> [Exercise aim] Once you find the line with "f 515 514 151" in the data that follows, repeat it and every line after it exactly, through the line with "f 670 535 671".

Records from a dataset

..........

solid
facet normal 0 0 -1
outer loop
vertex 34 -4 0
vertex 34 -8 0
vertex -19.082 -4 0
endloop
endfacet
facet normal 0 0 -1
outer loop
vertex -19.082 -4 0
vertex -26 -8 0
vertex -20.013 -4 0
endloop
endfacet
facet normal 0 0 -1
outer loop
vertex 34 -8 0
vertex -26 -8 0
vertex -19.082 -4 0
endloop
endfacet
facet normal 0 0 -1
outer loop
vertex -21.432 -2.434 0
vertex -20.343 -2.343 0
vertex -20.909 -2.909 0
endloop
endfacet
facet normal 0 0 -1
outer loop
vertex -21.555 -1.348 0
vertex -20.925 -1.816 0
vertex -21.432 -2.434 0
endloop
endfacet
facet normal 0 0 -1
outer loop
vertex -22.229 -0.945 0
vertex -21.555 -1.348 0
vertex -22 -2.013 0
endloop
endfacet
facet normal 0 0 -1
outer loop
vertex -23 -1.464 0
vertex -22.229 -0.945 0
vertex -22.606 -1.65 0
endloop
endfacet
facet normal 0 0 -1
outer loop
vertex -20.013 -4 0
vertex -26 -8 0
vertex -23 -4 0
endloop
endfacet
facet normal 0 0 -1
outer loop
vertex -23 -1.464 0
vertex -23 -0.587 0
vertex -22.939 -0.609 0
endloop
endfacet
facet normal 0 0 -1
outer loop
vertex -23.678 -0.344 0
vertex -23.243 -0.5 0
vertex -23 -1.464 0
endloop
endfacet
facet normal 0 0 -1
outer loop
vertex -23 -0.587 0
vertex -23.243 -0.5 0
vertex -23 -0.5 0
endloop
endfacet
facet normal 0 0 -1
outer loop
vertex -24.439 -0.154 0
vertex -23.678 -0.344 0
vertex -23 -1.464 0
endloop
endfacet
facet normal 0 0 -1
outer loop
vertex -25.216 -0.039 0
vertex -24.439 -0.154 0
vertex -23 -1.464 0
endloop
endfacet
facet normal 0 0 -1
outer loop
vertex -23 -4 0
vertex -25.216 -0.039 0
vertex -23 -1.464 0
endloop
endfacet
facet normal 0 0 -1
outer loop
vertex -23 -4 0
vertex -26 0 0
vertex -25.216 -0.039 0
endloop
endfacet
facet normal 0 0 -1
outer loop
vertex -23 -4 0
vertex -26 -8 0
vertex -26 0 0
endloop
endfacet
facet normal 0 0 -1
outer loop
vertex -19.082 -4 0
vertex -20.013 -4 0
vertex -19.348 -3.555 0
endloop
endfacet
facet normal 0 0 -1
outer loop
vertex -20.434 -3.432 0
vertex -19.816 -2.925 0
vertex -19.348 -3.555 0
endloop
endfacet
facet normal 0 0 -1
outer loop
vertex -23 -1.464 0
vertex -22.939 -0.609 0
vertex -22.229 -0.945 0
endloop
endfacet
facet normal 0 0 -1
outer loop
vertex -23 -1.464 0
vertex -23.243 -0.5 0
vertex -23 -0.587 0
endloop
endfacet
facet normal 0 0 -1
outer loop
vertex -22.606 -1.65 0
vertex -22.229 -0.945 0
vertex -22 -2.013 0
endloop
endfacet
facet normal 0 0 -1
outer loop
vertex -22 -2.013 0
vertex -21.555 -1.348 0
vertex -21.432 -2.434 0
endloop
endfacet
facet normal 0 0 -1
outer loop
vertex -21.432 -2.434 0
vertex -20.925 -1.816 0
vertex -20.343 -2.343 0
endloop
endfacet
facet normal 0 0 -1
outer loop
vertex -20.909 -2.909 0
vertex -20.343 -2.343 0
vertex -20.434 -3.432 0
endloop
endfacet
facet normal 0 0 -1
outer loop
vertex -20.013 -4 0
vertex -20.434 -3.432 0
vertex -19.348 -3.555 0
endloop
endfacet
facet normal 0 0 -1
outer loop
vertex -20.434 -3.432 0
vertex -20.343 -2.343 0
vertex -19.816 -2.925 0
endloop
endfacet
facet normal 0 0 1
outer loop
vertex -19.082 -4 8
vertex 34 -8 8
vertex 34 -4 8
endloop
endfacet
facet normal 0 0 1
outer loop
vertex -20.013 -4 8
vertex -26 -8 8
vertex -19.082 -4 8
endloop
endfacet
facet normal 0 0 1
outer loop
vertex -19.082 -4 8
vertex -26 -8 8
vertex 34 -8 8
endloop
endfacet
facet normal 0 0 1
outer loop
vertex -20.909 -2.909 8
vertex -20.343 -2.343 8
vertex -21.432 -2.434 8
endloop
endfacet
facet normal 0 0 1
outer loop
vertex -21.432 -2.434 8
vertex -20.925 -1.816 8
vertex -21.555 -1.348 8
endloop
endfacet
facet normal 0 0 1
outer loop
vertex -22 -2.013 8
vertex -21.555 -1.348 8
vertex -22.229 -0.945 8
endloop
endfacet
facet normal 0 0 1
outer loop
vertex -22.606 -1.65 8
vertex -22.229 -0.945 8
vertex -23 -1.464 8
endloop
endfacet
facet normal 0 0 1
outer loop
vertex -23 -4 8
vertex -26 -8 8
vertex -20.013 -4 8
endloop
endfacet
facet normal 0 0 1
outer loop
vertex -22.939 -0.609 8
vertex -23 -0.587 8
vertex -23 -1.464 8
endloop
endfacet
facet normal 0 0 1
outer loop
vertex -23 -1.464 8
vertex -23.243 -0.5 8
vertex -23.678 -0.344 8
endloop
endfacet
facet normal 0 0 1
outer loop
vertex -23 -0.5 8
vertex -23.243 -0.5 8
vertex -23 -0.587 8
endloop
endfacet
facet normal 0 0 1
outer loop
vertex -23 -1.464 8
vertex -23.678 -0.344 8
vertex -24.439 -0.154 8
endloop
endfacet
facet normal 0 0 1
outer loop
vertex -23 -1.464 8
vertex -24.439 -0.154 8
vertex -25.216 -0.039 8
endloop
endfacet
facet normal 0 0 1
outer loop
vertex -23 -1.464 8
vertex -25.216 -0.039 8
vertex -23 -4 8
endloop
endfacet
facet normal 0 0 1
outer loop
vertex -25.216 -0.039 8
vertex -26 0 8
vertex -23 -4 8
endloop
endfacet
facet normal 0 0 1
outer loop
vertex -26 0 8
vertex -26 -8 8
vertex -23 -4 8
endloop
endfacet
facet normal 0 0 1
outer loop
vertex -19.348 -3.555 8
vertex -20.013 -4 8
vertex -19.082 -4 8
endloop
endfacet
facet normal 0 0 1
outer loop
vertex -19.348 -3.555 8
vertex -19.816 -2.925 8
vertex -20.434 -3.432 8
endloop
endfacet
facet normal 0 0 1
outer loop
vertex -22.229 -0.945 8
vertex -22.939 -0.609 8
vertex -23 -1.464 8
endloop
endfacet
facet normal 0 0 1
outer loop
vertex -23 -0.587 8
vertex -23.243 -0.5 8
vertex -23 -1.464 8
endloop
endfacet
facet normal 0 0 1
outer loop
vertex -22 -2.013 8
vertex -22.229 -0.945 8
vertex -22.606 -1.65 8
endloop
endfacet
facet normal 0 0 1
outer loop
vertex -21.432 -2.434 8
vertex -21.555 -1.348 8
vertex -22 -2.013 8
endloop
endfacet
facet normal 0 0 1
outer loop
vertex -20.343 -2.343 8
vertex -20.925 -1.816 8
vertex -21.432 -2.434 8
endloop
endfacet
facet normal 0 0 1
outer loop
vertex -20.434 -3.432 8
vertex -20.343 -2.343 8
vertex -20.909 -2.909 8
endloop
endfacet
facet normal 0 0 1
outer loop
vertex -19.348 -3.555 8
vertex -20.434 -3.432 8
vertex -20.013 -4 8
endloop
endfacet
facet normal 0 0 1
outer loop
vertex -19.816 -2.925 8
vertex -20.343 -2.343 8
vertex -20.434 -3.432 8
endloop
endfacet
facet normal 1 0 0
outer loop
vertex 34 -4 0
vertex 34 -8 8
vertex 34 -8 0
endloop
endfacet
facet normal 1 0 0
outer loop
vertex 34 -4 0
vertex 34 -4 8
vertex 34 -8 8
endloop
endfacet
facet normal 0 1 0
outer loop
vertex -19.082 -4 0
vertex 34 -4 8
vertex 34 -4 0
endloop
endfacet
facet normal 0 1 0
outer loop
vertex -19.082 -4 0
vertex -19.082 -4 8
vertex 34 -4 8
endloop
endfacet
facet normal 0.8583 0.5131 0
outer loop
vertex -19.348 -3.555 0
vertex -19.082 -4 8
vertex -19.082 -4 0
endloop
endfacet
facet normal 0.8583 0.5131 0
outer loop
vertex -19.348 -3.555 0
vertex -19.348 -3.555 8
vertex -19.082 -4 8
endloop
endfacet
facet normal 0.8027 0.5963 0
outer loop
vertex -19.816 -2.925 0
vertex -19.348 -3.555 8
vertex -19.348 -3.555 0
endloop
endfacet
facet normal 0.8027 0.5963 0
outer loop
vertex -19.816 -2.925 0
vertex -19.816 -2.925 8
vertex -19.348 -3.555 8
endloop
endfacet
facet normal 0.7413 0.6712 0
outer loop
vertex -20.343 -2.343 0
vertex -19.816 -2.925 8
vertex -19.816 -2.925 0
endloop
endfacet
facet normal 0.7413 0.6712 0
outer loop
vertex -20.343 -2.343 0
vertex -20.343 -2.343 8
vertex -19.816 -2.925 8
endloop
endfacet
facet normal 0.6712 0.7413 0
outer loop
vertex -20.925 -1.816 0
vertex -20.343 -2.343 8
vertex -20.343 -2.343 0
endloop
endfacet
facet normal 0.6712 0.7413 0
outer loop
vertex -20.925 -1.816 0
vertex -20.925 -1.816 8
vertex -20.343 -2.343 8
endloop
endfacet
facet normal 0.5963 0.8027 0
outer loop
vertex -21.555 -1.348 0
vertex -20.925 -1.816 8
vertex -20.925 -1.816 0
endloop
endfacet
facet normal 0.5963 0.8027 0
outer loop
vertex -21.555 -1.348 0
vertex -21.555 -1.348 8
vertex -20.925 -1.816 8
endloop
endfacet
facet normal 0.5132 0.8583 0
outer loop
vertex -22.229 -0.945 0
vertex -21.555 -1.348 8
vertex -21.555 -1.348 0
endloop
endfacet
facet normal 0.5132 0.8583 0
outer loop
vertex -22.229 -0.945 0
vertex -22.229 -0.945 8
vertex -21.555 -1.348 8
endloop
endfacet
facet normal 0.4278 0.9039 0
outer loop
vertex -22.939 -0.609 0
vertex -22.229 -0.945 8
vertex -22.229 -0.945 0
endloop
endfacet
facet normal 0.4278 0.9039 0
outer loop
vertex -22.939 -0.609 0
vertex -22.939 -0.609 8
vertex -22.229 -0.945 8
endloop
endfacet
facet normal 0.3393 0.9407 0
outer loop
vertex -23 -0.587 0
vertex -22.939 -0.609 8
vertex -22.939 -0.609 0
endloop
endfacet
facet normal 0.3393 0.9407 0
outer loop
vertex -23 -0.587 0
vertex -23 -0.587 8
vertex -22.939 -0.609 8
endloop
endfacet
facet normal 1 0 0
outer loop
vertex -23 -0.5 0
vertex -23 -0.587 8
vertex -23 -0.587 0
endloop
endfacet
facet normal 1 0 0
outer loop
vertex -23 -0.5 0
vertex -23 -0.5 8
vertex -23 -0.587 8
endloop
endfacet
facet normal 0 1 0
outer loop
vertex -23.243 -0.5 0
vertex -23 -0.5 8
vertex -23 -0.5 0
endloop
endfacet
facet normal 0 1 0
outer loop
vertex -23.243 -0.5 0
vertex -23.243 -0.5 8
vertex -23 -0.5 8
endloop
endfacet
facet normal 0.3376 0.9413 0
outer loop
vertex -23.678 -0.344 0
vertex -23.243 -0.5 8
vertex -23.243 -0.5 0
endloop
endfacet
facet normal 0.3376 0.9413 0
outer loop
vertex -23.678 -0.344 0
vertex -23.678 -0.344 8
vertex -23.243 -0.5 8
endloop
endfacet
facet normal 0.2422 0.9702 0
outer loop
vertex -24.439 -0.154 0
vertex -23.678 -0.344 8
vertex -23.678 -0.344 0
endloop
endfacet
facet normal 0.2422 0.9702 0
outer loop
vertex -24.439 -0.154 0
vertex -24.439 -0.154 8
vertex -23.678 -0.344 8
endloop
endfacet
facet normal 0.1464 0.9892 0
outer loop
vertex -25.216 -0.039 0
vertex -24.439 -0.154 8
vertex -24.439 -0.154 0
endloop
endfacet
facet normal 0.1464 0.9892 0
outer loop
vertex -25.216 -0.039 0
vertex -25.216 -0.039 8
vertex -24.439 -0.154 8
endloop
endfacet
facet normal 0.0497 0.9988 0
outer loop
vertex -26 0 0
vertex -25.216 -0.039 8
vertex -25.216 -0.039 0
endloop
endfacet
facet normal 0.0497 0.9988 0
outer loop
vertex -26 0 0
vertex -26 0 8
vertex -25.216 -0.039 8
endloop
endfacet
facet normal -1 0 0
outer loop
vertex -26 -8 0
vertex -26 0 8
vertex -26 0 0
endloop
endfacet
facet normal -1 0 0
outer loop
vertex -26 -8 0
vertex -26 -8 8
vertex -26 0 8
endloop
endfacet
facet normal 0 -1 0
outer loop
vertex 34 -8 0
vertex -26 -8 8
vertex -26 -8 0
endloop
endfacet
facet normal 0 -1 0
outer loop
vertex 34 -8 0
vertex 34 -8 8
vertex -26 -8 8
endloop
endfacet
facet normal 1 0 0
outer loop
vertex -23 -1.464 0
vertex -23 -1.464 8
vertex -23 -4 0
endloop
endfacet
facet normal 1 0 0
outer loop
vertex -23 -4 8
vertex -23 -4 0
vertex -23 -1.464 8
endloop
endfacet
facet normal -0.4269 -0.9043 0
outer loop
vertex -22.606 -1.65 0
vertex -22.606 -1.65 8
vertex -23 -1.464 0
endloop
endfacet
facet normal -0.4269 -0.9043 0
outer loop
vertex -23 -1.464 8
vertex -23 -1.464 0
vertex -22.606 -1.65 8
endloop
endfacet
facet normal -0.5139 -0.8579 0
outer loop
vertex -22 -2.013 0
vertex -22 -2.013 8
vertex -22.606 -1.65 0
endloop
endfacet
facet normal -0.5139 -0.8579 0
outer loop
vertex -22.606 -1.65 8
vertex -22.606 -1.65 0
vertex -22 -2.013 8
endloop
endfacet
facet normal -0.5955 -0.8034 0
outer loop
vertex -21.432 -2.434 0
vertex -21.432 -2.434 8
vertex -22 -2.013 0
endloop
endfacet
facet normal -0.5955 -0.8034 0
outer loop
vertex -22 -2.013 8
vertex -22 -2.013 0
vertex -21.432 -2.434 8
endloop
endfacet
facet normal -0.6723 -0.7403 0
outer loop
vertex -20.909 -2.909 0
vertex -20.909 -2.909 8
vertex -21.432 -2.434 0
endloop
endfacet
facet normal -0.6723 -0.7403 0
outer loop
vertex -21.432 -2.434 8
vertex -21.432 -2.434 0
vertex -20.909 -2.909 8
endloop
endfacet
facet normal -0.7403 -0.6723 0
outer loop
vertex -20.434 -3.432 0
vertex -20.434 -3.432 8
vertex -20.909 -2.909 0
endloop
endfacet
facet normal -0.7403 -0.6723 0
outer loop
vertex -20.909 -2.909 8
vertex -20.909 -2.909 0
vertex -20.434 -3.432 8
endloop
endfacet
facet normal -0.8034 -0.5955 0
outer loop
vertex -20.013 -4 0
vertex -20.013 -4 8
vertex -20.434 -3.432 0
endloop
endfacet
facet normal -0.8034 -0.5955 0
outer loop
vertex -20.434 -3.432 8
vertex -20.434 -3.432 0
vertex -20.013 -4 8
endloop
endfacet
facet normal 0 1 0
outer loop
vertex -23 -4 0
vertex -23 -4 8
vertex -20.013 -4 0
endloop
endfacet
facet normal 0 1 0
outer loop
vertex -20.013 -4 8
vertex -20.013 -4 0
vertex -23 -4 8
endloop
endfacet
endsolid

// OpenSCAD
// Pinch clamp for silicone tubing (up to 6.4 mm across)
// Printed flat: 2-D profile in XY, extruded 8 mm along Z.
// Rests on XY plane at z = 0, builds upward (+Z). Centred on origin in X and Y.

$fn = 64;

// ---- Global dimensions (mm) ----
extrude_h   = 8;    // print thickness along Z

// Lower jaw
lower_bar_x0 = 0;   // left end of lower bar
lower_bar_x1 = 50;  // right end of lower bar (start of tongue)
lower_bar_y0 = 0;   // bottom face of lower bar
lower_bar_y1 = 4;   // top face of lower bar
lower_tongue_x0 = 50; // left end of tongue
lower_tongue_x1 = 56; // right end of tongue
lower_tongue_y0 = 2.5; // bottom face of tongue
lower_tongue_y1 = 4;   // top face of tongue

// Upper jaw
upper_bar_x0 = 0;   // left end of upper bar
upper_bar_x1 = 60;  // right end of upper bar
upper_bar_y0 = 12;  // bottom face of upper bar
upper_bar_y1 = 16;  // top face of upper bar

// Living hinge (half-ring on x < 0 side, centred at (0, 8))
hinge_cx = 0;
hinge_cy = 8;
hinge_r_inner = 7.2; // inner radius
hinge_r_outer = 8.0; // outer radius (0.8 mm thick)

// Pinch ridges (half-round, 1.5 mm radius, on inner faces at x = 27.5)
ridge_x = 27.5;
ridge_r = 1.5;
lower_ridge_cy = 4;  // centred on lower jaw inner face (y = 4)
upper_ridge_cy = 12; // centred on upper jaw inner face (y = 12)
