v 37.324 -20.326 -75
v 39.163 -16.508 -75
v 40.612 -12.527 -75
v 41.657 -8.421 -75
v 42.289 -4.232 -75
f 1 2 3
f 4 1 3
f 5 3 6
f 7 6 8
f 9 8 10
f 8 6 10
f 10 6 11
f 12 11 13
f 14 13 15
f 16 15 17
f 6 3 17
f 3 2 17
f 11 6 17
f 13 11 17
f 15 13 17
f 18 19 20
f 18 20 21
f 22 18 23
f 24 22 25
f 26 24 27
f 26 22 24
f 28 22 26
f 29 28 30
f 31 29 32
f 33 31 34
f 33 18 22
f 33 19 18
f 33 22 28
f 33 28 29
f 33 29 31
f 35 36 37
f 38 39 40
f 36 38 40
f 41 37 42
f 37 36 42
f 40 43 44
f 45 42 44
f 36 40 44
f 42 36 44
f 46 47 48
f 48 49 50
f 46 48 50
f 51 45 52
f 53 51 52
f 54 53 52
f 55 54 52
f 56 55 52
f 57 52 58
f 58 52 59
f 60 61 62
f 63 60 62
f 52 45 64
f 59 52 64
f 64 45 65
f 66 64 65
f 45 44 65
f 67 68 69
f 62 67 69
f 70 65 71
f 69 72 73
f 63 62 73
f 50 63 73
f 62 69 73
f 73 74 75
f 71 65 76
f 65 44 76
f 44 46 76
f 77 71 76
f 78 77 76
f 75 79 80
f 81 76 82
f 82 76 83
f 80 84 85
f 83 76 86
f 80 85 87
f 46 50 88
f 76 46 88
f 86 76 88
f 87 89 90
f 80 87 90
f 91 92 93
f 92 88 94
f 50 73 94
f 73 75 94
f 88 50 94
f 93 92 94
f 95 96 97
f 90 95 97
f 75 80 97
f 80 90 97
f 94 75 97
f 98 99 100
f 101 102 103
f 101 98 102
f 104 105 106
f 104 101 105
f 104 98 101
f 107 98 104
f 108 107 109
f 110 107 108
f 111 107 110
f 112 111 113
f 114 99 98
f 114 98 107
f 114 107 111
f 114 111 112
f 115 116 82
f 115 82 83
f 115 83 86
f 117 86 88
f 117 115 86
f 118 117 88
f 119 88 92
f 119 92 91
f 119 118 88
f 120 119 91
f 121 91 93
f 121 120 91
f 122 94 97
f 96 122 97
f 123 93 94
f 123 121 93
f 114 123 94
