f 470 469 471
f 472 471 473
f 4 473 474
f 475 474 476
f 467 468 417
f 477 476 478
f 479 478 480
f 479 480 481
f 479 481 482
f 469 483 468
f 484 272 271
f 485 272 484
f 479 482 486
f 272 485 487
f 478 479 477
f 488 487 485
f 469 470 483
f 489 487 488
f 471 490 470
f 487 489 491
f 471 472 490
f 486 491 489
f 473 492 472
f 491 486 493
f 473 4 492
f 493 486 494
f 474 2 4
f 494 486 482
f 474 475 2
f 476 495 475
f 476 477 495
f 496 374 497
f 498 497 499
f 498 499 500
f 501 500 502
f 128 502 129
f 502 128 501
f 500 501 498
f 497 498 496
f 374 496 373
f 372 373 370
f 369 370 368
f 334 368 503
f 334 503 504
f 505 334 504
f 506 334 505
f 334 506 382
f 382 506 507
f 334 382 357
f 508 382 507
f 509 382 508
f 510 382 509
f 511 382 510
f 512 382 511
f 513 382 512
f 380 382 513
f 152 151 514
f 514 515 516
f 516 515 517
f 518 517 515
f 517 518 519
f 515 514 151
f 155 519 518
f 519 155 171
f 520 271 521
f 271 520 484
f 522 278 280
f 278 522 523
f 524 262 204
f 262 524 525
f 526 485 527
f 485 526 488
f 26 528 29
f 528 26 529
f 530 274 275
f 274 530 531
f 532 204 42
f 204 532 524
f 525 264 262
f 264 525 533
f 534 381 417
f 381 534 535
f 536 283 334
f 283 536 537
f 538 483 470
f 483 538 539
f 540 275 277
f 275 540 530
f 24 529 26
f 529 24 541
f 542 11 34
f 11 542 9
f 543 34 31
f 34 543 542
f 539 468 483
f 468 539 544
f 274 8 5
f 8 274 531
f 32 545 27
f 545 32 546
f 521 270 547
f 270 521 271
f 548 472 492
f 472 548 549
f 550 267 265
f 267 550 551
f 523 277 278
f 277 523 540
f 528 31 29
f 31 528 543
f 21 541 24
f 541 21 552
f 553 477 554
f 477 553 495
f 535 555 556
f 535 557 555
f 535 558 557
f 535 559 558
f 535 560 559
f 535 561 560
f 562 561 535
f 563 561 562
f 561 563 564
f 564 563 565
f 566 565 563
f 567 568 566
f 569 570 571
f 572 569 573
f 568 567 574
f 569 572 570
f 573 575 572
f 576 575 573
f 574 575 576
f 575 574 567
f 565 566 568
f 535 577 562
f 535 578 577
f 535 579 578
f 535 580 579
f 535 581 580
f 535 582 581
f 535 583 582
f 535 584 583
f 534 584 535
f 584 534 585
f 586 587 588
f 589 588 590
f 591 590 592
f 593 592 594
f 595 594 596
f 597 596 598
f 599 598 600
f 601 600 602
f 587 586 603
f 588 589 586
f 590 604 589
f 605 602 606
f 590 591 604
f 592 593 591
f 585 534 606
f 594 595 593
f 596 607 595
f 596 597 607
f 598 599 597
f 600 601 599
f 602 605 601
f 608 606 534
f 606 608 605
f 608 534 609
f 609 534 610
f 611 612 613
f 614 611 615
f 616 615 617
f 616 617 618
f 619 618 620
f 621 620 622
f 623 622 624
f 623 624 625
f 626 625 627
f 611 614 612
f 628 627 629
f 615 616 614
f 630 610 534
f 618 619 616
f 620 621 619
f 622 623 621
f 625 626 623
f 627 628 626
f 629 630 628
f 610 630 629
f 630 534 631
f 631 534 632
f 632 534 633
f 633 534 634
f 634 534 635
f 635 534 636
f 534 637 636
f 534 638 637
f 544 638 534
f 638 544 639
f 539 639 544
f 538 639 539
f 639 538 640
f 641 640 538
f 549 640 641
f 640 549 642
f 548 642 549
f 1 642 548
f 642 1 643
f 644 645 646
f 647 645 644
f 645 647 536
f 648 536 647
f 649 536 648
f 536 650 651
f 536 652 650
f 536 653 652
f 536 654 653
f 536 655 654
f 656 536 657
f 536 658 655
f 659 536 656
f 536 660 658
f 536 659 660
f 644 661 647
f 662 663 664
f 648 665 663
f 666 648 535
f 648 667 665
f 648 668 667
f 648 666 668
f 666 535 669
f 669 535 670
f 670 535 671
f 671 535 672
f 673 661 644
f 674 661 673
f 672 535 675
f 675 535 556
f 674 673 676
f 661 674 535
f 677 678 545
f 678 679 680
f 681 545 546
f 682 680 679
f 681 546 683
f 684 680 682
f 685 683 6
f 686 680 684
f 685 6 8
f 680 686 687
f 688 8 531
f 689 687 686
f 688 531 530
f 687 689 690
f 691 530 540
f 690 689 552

..........

> [Answer section]
f 515 514 151
f 155 519 518
f 519 155 171
f 520 271 521
f 271 520 484
f 522 278 280
f 278 522 523
f 524 262 204
f 262 524 525
f 526 485 527
f 485 526 488
f 26 528 29
f 528 26 529
f 530 274 275
f 274 530 531
f 532 204 42
f 204 532 524
f 525 264 262
f 264 525 533
f 534 381 417
f 381 534 535
f 536 283 334
f 283 536 537
f 538 483 470
f 483 538 539
f 540 275 277
f 275 540 530
f 24 529 26
f 529 24 541
f 542 11 34
f 11 542 9
f 543 34 31
f 34 543 542
f 539 468 483
f 468 539 544
f 274 8 5
f 8 274 531
f 32 545 27
f 545 32 546
f 521 270 547
f 270 521 271
f 548 472 492
f 472 548 549
f 550 267 265
f 267 550 551
f 523 277 278
f 277 523 540
f 528 31 29
f 31 528 543
f 21 541 24
f 541 21 552
f 553 477 554
f 477 553 495
f 535 555 556
f 535 557 555
f 535 558 557
f 535 559 558
f 535 560 559
f 535 561 560
f 562 561 535
f 563 561 562
f 561 563 564
f 564 563 565
f 566 565 563
f 567 568 566
f 569 570 571
f 572 569 573
f 568 567 574
f 569 572 570
f 573 575 572
f 576 575 573
f 574 575 576
f 575 574 567
f 565 566 568
f 535 577 562
f 535 578 577
f 535 579 578
f 535 580 579
f 535 581 580
f 535 582 581
f 535 583 582
f 535 584 583
f 534 584 535
f 584 534 585
f 586 587 588
f 589 588 590
f 591 590 592
f 593 592 594
f 595 594 596
f 597 596 598
f 599 598 600
f 601 600 602
f 587 586 603
f 588 589 586
f 590 604 589
f 605 602 606
f 590 591 604
f 592 593 591
f 585 534 606
f 594 595 593
f 596 607 595
f 596 597 607
f 598 599 597
f 600 601 599
f 602 605 601
f 608 606 534
f 606 608 605
f 608 534 609
f 609 534 610
f 611 612 613
f 614 611 615
f 616 615 617
f 616 617 618
f 619 618 620
f 621 620 622
f 623 622 624
f 623 624 625
f 626 625 627
f 611 614 612
f 628 627 629
f 615 616 614
f 630 610 534
f 618 619 616
f 620 621 619
f 622 623 621
f 625 626 623
f 627 628 626
f 629 630 628
f 610 630 629
f 630 534 631
f 631 534 632
f 632 534 633
f 633 534 634
f 634 534 635
f 635 534 636
f 534 637 636
f 534 638 637
f 544 638 534
f 638 544 639
f 539 639 544
f 538 639 539
f 639 538 640
f 641 640 538
f 549 640 641
f 640 549 642
f 548 642 549
f 1 642 548
f 642 1 643
f 644 645 646
f 647 645 644
f 645 647 536
f 648 536 647
f 649 536 648
f 536 650 651
f 536 652 650
f 536 653 652
f 536 654 653
f 536 655 654
f 656 536 657
f 536 658 655
f 659 536 656
f 536 660 658
f 536 659 660
f 644 661 647
f 662 663 664
f 648 665 663
f 666 648 535
f 648 667 665
f 648 668 667
f 648 666 668
f 666 535 669
f 669 535 670
f 670 535 671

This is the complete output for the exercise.